Saved entries
***

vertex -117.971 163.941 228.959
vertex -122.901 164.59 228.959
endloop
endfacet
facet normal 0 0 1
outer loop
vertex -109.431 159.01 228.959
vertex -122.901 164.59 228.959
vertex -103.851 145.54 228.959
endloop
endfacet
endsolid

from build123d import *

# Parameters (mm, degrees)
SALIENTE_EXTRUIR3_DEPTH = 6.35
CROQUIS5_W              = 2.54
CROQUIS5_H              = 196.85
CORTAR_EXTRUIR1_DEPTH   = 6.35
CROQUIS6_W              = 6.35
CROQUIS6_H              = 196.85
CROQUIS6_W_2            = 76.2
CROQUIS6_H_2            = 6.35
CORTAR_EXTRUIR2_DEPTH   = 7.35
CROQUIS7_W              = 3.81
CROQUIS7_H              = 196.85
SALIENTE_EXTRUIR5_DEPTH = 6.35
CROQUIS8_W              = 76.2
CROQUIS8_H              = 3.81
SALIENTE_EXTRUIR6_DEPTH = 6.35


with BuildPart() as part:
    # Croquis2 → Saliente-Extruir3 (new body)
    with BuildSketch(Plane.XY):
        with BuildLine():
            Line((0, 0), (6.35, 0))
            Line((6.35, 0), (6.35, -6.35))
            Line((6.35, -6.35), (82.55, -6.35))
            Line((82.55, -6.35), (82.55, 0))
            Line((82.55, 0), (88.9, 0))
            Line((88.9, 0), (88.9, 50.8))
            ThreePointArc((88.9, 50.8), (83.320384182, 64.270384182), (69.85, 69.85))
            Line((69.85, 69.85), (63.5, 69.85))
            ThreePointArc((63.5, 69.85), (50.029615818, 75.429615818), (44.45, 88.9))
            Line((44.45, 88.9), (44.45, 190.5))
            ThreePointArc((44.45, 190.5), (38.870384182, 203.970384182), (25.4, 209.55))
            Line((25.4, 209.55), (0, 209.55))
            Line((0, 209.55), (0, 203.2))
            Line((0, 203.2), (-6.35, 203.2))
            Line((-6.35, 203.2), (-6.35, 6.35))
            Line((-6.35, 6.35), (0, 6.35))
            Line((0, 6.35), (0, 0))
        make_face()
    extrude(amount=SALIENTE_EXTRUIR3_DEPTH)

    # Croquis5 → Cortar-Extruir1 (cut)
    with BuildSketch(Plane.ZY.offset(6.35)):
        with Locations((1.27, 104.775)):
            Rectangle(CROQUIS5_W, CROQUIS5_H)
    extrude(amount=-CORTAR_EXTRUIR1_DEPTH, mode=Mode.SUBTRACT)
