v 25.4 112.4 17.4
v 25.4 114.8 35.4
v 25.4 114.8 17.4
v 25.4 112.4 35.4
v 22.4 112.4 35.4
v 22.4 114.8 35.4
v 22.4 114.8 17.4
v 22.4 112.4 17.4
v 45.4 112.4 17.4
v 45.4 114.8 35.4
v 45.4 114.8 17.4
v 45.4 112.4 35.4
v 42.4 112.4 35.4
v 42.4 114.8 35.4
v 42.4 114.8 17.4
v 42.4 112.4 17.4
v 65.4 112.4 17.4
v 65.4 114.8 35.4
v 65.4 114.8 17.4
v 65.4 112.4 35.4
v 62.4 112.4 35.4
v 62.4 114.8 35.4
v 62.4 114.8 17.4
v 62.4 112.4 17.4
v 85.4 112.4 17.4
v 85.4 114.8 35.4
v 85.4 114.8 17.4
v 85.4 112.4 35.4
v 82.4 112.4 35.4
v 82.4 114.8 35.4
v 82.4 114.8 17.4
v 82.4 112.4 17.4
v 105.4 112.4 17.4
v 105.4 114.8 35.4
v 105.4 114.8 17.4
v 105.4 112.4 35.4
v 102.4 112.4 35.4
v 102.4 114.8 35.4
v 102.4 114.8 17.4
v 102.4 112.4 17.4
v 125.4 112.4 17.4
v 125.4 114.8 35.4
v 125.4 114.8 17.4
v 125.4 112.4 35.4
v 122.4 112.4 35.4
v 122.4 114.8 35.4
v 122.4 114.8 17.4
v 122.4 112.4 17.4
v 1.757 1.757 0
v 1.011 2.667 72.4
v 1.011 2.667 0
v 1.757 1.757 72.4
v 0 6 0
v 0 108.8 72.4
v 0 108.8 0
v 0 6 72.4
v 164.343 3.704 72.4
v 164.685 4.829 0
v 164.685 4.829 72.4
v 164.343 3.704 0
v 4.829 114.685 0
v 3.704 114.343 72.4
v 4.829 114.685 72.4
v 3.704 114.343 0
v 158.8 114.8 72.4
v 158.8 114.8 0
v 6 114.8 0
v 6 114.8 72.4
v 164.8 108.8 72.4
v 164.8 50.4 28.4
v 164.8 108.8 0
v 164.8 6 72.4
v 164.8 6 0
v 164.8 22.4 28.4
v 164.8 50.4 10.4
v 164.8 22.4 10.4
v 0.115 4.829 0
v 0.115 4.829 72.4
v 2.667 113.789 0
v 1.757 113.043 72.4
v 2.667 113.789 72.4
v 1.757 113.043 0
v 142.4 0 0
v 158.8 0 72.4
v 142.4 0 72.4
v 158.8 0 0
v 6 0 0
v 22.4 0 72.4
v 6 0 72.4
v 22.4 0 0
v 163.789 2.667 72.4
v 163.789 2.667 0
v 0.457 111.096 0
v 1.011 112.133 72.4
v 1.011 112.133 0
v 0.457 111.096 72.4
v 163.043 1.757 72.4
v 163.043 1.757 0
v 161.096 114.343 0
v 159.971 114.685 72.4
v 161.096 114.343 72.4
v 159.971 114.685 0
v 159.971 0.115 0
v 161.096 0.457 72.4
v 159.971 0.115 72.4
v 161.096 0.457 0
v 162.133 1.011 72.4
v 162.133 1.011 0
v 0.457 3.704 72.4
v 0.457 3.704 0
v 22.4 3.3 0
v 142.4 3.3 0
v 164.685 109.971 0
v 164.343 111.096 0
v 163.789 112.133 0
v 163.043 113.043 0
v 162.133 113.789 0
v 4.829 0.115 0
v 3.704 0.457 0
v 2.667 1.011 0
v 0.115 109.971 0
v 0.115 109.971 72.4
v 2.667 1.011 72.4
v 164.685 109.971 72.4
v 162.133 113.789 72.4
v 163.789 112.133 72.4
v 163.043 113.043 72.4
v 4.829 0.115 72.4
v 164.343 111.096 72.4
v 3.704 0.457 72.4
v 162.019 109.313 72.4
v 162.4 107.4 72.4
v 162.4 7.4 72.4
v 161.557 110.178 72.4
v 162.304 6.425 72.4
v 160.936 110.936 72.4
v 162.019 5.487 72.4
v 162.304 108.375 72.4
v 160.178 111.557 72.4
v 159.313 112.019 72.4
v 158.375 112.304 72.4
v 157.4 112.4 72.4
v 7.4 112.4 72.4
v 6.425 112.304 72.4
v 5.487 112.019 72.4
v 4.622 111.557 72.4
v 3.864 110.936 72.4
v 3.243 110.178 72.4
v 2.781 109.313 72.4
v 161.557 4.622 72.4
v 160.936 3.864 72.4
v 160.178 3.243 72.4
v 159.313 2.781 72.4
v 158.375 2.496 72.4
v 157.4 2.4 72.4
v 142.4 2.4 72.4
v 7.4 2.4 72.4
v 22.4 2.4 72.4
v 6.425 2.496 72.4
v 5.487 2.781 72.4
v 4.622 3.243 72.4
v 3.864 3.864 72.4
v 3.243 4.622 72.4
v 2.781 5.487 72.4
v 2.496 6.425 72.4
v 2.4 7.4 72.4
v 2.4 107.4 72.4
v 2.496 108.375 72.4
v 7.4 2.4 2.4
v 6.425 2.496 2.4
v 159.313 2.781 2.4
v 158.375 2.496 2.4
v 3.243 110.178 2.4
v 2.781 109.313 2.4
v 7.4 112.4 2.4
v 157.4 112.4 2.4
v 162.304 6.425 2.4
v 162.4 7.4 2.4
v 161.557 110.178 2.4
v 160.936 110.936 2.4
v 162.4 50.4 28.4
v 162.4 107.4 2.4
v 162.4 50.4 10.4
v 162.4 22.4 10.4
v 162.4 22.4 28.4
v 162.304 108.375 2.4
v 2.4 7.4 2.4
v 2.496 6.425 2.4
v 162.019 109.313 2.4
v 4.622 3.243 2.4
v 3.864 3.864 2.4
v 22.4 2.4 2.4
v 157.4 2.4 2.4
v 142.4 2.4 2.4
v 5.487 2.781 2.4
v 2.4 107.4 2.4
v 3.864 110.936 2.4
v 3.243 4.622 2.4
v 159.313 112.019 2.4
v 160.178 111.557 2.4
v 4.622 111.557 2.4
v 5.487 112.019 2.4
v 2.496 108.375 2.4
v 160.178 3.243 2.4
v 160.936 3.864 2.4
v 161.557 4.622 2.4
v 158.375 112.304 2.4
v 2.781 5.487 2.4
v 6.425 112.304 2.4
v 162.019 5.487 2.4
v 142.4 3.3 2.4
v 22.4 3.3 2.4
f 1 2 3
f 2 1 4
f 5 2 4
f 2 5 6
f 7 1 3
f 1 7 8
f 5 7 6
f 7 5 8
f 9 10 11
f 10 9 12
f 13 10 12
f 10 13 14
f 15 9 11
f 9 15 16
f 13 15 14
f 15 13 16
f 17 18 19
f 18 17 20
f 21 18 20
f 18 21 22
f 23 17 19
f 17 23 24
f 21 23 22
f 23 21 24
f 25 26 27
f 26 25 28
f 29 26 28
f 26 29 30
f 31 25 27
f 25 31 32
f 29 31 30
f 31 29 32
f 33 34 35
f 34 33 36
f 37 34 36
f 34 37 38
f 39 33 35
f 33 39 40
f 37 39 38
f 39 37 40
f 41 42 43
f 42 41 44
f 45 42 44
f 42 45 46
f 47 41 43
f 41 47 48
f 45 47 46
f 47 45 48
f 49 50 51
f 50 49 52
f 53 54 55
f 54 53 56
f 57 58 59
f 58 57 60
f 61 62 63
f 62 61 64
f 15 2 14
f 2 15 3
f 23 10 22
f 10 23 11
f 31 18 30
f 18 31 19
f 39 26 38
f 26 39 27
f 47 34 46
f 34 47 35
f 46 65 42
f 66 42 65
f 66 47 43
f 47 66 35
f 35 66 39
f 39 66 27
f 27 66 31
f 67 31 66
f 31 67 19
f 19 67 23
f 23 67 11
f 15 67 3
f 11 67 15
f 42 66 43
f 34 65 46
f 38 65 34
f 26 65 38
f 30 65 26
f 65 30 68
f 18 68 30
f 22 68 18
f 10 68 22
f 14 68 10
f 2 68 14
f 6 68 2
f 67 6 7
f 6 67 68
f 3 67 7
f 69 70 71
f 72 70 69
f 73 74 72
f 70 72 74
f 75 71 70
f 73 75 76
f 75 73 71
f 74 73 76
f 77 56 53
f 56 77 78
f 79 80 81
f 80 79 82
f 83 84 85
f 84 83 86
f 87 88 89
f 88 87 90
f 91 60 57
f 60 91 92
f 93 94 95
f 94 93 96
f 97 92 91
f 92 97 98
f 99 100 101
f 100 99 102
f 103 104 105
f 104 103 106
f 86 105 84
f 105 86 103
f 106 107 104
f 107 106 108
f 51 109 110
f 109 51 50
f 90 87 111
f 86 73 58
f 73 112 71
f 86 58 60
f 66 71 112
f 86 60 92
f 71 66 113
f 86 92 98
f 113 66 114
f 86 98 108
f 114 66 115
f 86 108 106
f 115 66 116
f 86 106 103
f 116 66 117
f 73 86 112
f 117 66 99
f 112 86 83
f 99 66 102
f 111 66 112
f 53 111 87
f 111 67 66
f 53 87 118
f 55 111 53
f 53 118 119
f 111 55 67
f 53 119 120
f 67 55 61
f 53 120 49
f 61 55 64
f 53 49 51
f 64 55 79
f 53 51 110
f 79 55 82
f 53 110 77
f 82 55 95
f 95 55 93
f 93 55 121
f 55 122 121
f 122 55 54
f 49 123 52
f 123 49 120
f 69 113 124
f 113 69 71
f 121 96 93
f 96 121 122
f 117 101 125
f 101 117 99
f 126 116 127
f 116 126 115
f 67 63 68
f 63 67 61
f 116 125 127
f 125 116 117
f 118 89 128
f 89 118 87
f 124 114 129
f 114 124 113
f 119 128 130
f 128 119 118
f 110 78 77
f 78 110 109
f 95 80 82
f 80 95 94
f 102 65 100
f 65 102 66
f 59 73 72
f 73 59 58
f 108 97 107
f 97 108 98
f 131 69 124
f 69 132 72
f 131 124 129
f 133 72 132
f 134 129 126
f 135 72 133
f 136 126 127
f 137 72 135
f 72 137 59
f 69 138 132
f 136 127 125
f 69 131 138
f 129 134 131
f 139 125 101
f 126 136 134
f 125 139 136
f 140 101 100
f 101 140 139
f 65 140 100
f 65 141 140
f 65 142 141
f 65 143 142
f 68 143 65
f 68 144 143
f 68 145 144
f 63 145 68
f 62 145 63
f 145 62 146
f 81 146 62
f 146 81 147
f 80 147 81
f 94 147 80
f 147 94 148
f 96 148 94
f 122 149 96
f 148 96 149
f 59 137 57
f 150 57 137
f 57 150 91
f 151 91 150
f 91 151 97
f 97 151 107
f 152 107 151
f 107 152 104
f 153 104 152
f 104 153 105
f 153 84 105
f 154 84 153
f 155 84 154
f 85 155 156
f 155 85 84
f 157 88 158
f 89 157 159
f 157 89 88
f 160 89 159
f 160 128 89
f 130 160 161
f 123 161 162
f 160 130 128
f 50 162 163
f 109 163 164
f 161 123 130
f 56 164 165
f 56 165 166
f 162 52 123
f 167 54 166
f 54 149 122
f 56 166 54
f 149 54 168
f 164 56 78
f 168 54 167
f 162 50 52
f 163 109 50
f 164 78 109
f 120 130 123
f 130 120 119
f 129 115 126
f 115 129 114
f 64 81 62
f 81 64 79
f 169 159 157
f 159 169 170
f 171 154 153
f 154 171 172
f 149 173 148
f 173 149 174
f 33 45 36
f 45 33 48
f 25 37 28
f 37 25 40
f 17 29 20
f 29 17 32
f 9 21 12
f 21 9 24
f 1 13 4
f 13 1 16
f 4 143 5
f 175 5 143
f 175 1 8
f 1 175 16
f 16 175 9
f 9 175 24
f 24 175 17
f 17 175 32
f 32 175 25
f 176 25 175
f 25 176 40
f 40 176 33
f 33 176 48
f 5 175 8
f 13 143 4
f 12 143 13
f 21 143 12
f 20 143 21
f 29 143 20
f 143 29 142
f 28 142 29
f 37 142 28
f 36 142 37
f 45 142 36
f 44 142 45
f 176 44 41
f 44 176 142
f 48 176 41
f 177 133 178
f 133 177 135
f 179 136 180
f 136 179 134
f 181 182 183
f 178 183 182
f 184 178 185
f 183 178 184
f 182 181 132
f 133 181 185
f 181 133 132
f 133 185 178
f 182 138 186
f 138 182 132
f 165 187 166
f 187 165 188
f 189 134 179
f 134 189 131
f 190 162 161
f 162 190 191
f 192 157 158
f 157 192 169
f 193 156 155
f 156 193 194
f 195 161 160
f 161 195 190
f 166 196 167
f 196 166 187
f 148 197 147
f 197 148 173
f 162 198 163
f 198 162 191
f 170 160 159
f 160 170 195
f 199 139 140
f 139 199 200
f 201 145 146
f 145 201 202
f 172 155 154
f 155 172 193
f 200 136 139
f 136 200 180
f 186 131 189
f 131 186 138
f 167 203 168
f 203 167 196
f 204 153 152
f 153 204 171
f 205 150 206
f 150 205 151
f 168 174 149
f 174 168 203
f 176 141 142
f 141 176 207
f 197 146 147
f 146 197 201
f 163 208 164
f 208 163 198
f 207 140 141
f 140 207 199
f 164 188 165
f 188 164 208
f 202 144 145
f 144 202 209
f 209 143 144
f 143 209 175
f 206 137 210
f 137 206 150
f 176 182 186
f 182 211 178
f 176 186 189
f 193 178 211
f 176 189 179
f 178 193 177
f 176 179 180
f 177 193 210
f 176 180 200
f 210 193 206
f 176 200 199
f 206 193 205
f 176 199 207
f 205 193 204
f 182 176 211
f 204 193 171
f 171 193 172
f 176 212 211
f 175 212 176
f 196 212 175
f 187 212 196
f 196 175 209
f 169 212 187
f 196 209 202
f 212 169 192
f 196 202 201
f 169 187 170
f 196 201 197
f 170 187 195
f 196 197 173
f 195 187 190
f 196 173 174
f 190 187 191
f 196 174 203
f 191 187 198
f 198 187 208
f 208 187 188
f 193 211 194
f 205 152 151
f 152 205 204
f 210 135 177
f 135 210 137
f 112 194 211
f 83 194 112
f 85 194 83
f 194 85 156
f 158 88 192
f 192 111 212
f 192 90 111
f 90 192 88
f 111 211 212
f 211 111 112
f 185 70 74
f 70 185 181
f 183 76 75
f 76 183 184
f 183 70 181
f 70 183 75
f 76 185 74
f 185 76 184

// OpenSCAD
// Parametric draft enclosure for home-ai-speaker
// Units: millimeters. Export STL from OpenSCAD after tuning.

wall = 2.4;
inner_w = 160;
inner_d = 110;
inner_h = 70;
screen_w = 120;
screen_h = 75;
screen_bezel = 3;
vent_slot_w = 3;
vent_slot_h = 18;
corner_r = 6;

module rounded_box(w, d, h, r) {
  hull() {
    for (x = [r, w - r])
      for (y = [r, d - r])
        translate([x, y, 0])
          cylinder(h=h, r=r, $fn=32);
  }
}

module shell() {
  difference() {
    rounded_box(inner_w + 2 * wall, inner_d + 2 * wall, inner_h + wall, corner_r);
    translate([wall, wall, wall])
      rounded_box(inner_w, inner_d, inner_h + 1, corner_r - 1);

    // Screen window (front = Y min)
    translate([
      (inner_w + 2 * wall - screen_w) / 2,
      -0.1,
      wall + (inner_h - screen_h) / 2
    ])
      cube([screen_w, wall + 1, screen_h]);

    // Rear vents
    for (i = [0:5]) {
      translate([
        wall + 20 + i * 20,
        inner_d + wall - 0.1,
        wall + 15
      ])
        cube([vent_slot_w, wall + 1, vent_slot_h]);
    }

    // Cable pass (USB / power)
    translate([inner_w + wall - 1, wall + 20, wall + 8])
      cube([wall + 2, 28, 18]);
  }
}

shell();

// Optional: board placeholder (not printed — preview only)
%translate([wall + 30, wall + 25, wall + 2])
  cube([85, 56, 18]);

***

Task objective
Once you reach the line with "v 2.496 108.375 72.4" in the data above, copy it and every line after it exactly, up to and including the line with "v 160.936 110.936 2.4".

Solution to this task
v 2.496 108.375 72.4
v 7.4 2.4 2.4
v 6.425 2.496 2.4
v 159.313 2.781 2.4
v 158.375 2.496 2.4
v 3.243 110.178 2.4
v 2.781 109.313 2.4
v 7.4 112.4 2.4
v 157.4 112.4 2.4
v 162.304 6.425 2.4
v 162.4 7.4 2.4
v 161.557 110.178 2.4
v 160.936 110.936 2.4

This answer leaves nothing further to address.